Hey! This is not the right place to discuss about _symphonic scherzos_.


----------



## Morigan (Oct 16, 2006)

Well, it was a great evening!

Of course the Bach concerto I knew already-it was a nice hors-d'oeuvre to begin with.
Verklärte Nacht I had heard only once... it was a hypnotising as ever! It's really a great piece to hear in a concert, with a huge string orchestra.

The Schumann symphony I LOVED! Wow! I have seriously underestimated this composer before. I knew only a few Lieder from him and his wife. It really like the recurring theme. The first movement is pognant. The Romanza is perhaps unsignificant. The scherzo is great! I fully agree with you, Chambernut. Then, of course, I loved the _finale_ in major key. The transition between the 3rd and 4th movements reminded me of the one at the same place in Beethoven's 5th.


----------



## Manuel (Feb 1, 2007)

> It really like the *recurring theme*.


Get used to it. Every motiv is recurrent in Schumann, many times.


----------



## ChamberNut (Jan 30, 2007)

Happy to hear you enjoyed the evening, and the Schumann Symph # 4


----------



## Saturnus (Nov 7, 2006)

Did you notice the striking similarity between the beginnings of Schumann's and Beethoven's fourths? They are both beautiful, but this poignancy is only in Schumann (reminded me a bit of Pärt).
I have played this symphony and I agree that it is probably the best work by Schumann (after his oboe romances & string quartets of course  ). The second movement was certainly the best of them and the finale almost as good. The scherzo I even found enjoyable, which is rare, because normally I don't like them.


----------



## lmd (Nov 3, 2007)

Schoenberg's Verarte Nacht La nuit transfiguree is a real favourite of mine,I play it often. thanks for the comparisons on the symphonies, will reseach the motifs , plus the scherzo


----------



## Baroness Waldstaetten (Aug 4, 2007)

Morigan said:


> Good day everyone!
> 
> Thanks to Canada's National Art Centre, I'm going to see this concert tonight at the special cost of 10 $ (student deal for every single concert):
> 
> ...


Something else: you should be aware of the fact that the picture in your post is not a portrait of Schubert, but of an Austrian physician by the name of Karl Josef Hartmann.

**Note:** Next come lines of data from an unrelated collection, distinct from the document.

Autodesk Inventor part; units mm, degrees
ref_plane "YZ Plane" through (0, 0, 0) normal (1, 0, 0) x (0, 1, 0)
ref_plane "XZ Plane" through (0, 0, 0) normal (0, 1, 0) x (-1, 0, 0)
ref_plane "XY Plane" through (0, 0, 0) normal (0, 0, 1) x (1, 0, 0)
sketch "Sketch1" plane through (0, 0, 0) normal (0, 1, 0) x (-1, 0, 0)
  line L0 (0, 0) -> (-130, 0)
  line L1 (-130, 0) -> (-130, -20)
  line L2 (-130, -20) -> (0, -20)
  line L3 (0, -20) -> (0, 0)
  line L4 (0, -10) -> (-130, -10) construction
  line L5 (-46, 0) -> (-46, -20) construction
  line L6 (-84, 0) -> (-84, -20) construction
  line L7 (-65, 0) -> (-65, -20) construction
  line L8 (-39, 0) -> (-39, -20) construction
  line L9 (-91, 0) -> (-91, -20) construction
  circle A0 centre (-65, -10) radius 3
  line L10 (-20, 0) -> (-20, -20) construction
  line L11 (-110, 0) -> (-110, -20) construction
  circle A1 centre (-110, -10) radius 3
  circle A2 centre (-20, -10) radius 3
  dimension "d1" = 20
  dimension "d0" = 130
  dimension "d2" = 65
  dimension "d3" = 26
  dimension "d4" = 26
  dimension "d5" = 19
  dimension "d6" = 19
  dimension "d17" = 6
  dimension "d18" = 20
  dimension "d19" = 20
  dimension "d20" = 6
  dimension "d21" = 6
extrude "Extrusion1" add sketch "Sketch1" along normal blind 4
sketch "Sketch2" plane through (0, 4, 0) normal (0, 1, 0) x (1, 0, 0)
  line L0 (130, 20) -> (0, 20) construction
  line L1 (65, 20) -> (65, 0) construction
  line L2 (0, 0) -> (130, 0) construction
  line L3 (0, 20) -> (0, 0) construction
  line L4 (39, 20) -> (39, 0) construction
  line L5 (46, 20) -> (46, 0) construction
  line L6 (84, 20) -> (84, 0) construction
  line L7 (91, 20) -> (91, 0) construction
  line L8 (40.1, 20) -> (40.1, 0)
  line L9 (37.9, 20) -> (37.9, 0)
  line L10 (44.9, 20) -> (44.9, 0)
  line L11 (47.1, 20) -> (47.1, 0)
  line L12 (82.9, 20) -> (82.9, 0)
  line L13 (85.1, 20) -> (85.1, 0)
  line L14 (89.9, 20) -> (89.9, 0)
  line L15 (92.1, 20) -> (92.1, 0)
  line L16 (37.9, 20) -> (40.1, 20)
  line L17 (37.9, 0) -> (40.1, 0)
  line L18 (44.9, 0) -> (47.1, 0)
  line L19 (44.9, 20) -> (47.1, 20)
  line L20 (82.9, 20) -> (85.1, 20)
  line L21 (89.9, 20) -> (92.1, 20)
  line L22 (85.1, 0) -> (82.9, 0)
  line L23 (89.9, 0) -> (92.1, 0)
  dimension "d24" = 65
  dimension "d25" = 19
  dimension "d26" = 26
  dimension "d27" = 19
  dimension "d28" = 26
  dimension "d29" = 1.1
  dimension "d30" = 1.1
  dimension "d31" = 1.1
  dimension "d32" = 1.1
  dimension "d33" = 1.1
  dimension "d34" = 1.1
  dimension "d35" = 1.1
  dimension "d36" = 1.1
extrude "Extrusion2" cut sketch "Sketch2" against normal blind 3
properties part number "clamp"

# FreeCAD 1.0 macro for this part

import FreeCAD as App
import Part
import Sketcher

doc = App.newDocument("Part")
params = doc.addObject("Spreadsheet::Sheet", "Params")
for row, (alias, value) in enumerate([
    ("sketch1_diameter", "6 mm"),
    ("sketch1_width", "130 mm"),
    ("sketch1_height", "20 mm"),
    ("pad1_length", "4 mm"),
    ("sketch2_height", "20 mm"),
    ("sketch2_width", "2.2 mm"),
    ("pocket1_length", "3 mm"),
], start=1):
    params.set(f"A{row}", alias)
    params.set(f"B{row}", "=" + value)
    params.setAlias(f"B{row}", alias)

body = doc.addObject("PartDesign::Body", "Body")

sketch1 = doc.addObject("Sketcher::SketchObject", "Sketch")
body.addObject(sketch1)
sketch1.AttachmentSupport = (doc.XZ_Plane, [""])
sketch1.MapMode = "FlatFace"
sketch1.addGeometry(Part.LineSegment(App.Vector(0, -20, 0), App.Vector(0, 0, 0)), False)
sketch1.addGeometry(Part.LineSegment(App.Vector(0, 0, 0), App.Vector(130, 0, 0)), False)
sketch1.addGeometry(Part.LineSegment(App.Vector(130, 0, 0), App.Vector(130, -20, 0)), False)
sketch1.addGeometry(Part.LineSegment(App.Vector(130, -20, 0), App.Vector(0, -20, 0)), False)
sketch1.addGeometry(Part.Circle(App.Vector(110, -10, 0), App.Vector(0, 0, 1), 3), False)
sketch1.addGeometry(Part.Circle(App.Vector(65, -10, 0), App.Vector(0, 0, 1), 3), False)
sketch1.addGeometry(Part.Circle(App.Vector(20, -10, 0), App.Vector(0, 0, 1), 3), False)
sketch1.addConstraint(Sketcher.Constraint("Coincident", 0, 2, 1, 1))
sketch1.addConstraint(Sketcher.Constraint("Coincident", 1, 2, 2, 1))
sketch1.addConstraint(Sketcher.Constraint("Coincident", 2, 2, 3, 1))
sketch1.addConstraint(Sketcher.Constraint("Coincident", 3, 2, 0, 1))
sketch1.addConstraint(Sketcher.Constraint("Vertical", 0))
sketch1.addConstraint(Sketcher.Constraint("Horizontal", 1))
sketch1.addConstraint(Sketcher.Constraint("Vertical", 2))
sketch1.addConstraint(Sketcher.Constraint("Horizontal", 3))
sketch1.addConstraint(Sketcher.Constraint("Coincident", 0, 2, -1, 1))
sketch1.addConstraint(Sketcher.Constraint("Equal", 4, 5))
sketch1.addConstraint(Sketcher.Constraint("Equal", 5, 6))
sketch1.addConstraint(Sketcher.Constraint("Horizontal", 4, 3, 5, 3))
sketch1.addConstraint(Sketcher.Constraint("Horizontal", 5, 3, 6, 3))
sketch1.addConstraint(Sketcher.Constraint("Diameter", 4, 6.0))
sketch1.addConstraint(Sketcher.Constraint("DistanceX", 1, 1, 1, 2, 130.0))
sketch1.addConstraint(Sketcher.Constraint("DistanceY", 0, 1, 0, 2, 20.0))
sketch1.addConstraint(Sketcher.Constraint("DistanceX", -1, 1, 5, 3, 65.0))
sketch1.addConstraint(Sketcher.Constraint("DistanceX", -1, 1, 6, 3, 20.0))
sketch1.addConstraint(Sketcher.Constraint("DistanceX", 4, 3, 1, 2, 20.0))
sketch1.addConstraint(Sketcher.Constraint("DistanceY", 4, 3, -1, 1, 10.0))
sketch1.setExpression("Constraints[13]", "Params.sketch1_diameter")
sketch1.setExpression("Constraints[14]", "Params.sketch1_width")
sketch1.setExpression("Constraints[15]", "Params.sketch1_height")
pad1 = doc.addObject("PartDesign::Pad", "Pad")
body.addObject(pad1)
pad1.Profile = sketch1
pad1.setExpression("Length", "Params.pad1_length")
pad1.Reversed = True

sketch2 = doc.addObject("Sketcher::SketchObject", "Sketch001")
body.addObject(sketch2)
sketch2.AttachmentSupport = (doc.XZ_Plane, [""])
sketch2.MapMode = "FlatFace"
sketch2.AttachmentOffset = App.Placement(App.Vector(0, 0, -4), App.Rotation())
sketch2.addGeometry(Part.LineSegment(App.Vector(40.1, 0, 0), App.Vector(40.1, -20, 0)), False)
sketch2.addGeometry(Part.LineSegment(App.Vector(40.1, -20, 0), App.Vector(37.9, -20, 0)), False)
sketch2.addGeometry(Part.LineSegment(App.Vector(37.9, -20, 0), App.Vector(37.9, 0, 0)), False)
sketch2.addGeometry(Part.LineSegment(App.Vector(37.9, 0, 0), App.Vector(40.1, 0, 0)), False)
sketch2.addGeometry(Part.LineSegment(App.Vector(47.1, -20, 0), App.Vector(44.9, -20, 0)), False)
sketch2.addGeometry(Part.LineSegment(App.Vector(44.9, -20, 0), App.Vector(44.9, 0, 0)), False)
sketch2.addGeometry(Part.LineSegment(App.Vector(44.9, 0, 0), App.Vector(47.1, 0, 0)), False)
sketch2.addGeometry(Part.LineSegment(App.Vector(47.1, 0, 0), App.Vector(47.1, -20, 0)), False)
sketch2.addGeometry(Part.LineSegment(App.Vector(85.1, -20, 0), App.Vector(82.9, -20, 0)), False)
sketch2.addGeometry(Part.LineSegment(App.Vector(82.9, -20, 0), App.Vector(82.9, 0, 0)), False)
sketch2.addGeometry(Part.LineSegment(App.Vector(82.9, 0, 0), App.Vector(85.1, 0, 0)), False)
sketch2.addGeometry(Part.LineSegment(App.Vector(85.1, 0, 0), App.Vector(85.1, -20, 0)), False)
sketch2.addGeometry(Part.LineSegment(App.Vector(92.1, -20, 0), App.Vector(89.9, -20, 0)), False)
sketch2.addGeometry(Part.LineSegment(App.Vector(89.9, -20, 0), App.Vector(89.9, 0, 0)), False)
sketch2.addGeometry(Part.LineSegment(App.Vector(89.9, 0, 0), App.Vector(92.1, 0, 0)), False)
sketch2.addGeometry(Part.LineSegment(App.Vector(92.1, 0, 0), App.Vector(92.1, -20, 0)), False)
sketch2.addConstraint(Sketcher.Constraint("Coincident", 0, 2, 1, 1))
sketch2.addConstraint(Sketcher.Constraint("Coincident", 1, 2, 2, 1))
sketch2.addConstraint(Sketcher.Constraint("Coincident", 2, 2, 3, 1))
sketch2.addConstraint(Sketcher.Constraint("Coincident", 3, 2, 0, 1))
sketch2.addConstraint(Sketcher.Constraint("Coincident", 4, 2, 5, 1))
sketch2.addConstraint(Sketcher.Constraint("Coincident", 5, 2, 6, 1))
sketch2.addConstraint(Sketcher.Constraint("Coincident", 6, 2, 7, 1))
sketch2.addConstraint(Sketcher.Constraint("Coincident", 7, 2, 4, 1))
sketch2.addConstraint(Sketcher.Constraint("Coincident", 8, 2, 9, 1))
sketch2.addConstraint(Sketcher.Constraint("Coincident", 9, 2, 10, 1))
sketch2.addConstraint(Sketcher.Constraint("Coincident", 10, 2, 11, 1))
sketch2.addConstraint(Sketcher.Constraint("Coincident", 11, 2, 8, 1))
sketch2.addConstraint(Sketcher.Constraint("Coincident", 12, 2, 13, 1))
sketch2.addConstraint(Sketcher.Constraint("Coincident", 13, 2, 14, 1))
sketch2.addConstraint(Sketcher.Constraint("Coincident", 14, 2, 15, 1))
sketch2.addConstraint(Sketcher.Constraint("Coincident", 15, 2, 12, 1))
sketch2.addConstraint(Sketcher.Constraint("Vertical", 0))
sketch2.addConstraint(Sketcher.Constraint("Horizontal", 1))
sketch2.addConstraint(Sketcher.Constraint("Vertical", 2))
sketch2.addConstraint(Sketcher.Constraint("Horizontal", 3))
sketch2.addConstraint(Sketcher.Constraint("Horizontal", 4))
sketch2.addConstraint(Sketcher.Constraint("Vertical", 5))
sketch2.addConstraint(Sketcher.Constraint("Horizontal", 6))
sketch2.addConstraint(Sketcher.Constraint("Vertical", 7))
sketch2.addConstraint(Sketcher.Constraint("Horizontal", 8))
sketch2.addConstraint(Sketcher.Constraint("Vertical", 9))
sketch2.addConstraint(Sketcher.Constraint("Horizontal", 10))
sketch2.addConstraint(Sketcher.Constraint("Vertical", 11))
sketch2.addConstraint(Sketcher.Constraint("Horizontal", 12))
sketch2.addConstraint(Sketcher.Constraint("Vertical", 13))
sketch2.addConstraint(Sketcher.Constraint("Horizontal", 14))
sketch2.addConstraint(Sketcher.Constraint("Vertical", 15))
sketch2.addConstraint(Sketcher.Constraint("PointOnObject", 2, 2, -1))
sketch2.addConstraint(Sketcher.Constraint("PointOnObject", 5, 2, -1))
sketch2.addConstraint(Sketcher.Constraint("PointOnObject", 9, 2, -1))
sketch2.addConstraint(Sketcher.Constraint("PointOnObject", 13, 2, -1))
sketch2.addConstraint(Sketcher.Constraint("Horizontal", 1, 2, 4, 2))
sketch2.addConstraint(Sketcher.Constraint("Horizontal", 7, 2, 8, 2))
sketch2.addConstraint(Sketcher.Constraint("Horizontal", 11, 2, 12, 2))
sketch2.addConstraint(Sketcher.Constraint("Equal", 3, 4))
sketch2.addConstraint(Sketcher.Constraint("Equal", 6, 8))
sketch2.addConstraint(Sketcher.Constraint("Equal", 10, 12))
sketch2.addConstraint(Sketcher.Constraint("DistanceY", 0, 2, 0, 1, 20.0))
sketch2.addConstraint(Sketcher.Constraint("DistanceX", 1, 2, 1, 1, 2.2))
sketch2.addConstraint(Sketcher.Constraint("DistanceX", 1, 2, 4, 2, 7.0))
sketch2.addConstraint(Sketcher.Constraint("DistanceX", 4, 2, 8, 2, 38.0))
sketch2.addConstraint(Sketcher.Constraint("DistanceX", 8, 2, 12, 2, 7.0))
sketch2.addConstraint(Sketcher.Constraint("DistanceX", -1, 1, 0, 2, 40.1))
sketch2.setExpression("Constraints[42]", "Params.sketch2_height")
sketch2.setExpression("Constraints[43]", "Params.sketch2_width")
pocket1 = doc.addObject("PartDesign::Pocket", "Pocket")
body.addObject(pocket1)
pocket1.Profile = sketch2
pocket1.setExpression("Length", "Params.pocket1_length")
pocket1.Reversed = True

doc.recompute()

http://en.wikipedia.org/wiki/Talk:Franz_Schubert#The_wrong_picture_by_Kupelwieser_again.21


----------



## opus67 (Jan 30, 2007)

Baroness Waldstaetten said:


> Something else: you should be aware of the fact that the picture in your post is not a portrait of Schubert, but of an Austrian physician by the name of Karl Josef Hartmann.
> 
> http://en.wikipedia.org/wiki/Talk:Franz_Schubert#The_wrong_picture_by_Kupelwieser_again.21


What a way to make _edit:_ a (*re-*)entry! Welcome aboard, Baroness Waldstaetten.


----------



## Morigan (Oct 16, 2006)

Gasp! I've been had!

Oh whatever, I'm too lazy to change my picture now.


----------



## Guest (Nov 25, 2007)

Baroness Waldstaetten said:


> Something else: you should be aware of the fact that the picture in your post is not a portrait of Schubert, but of an Austrian physician by the name of Karl Josef Hartmann.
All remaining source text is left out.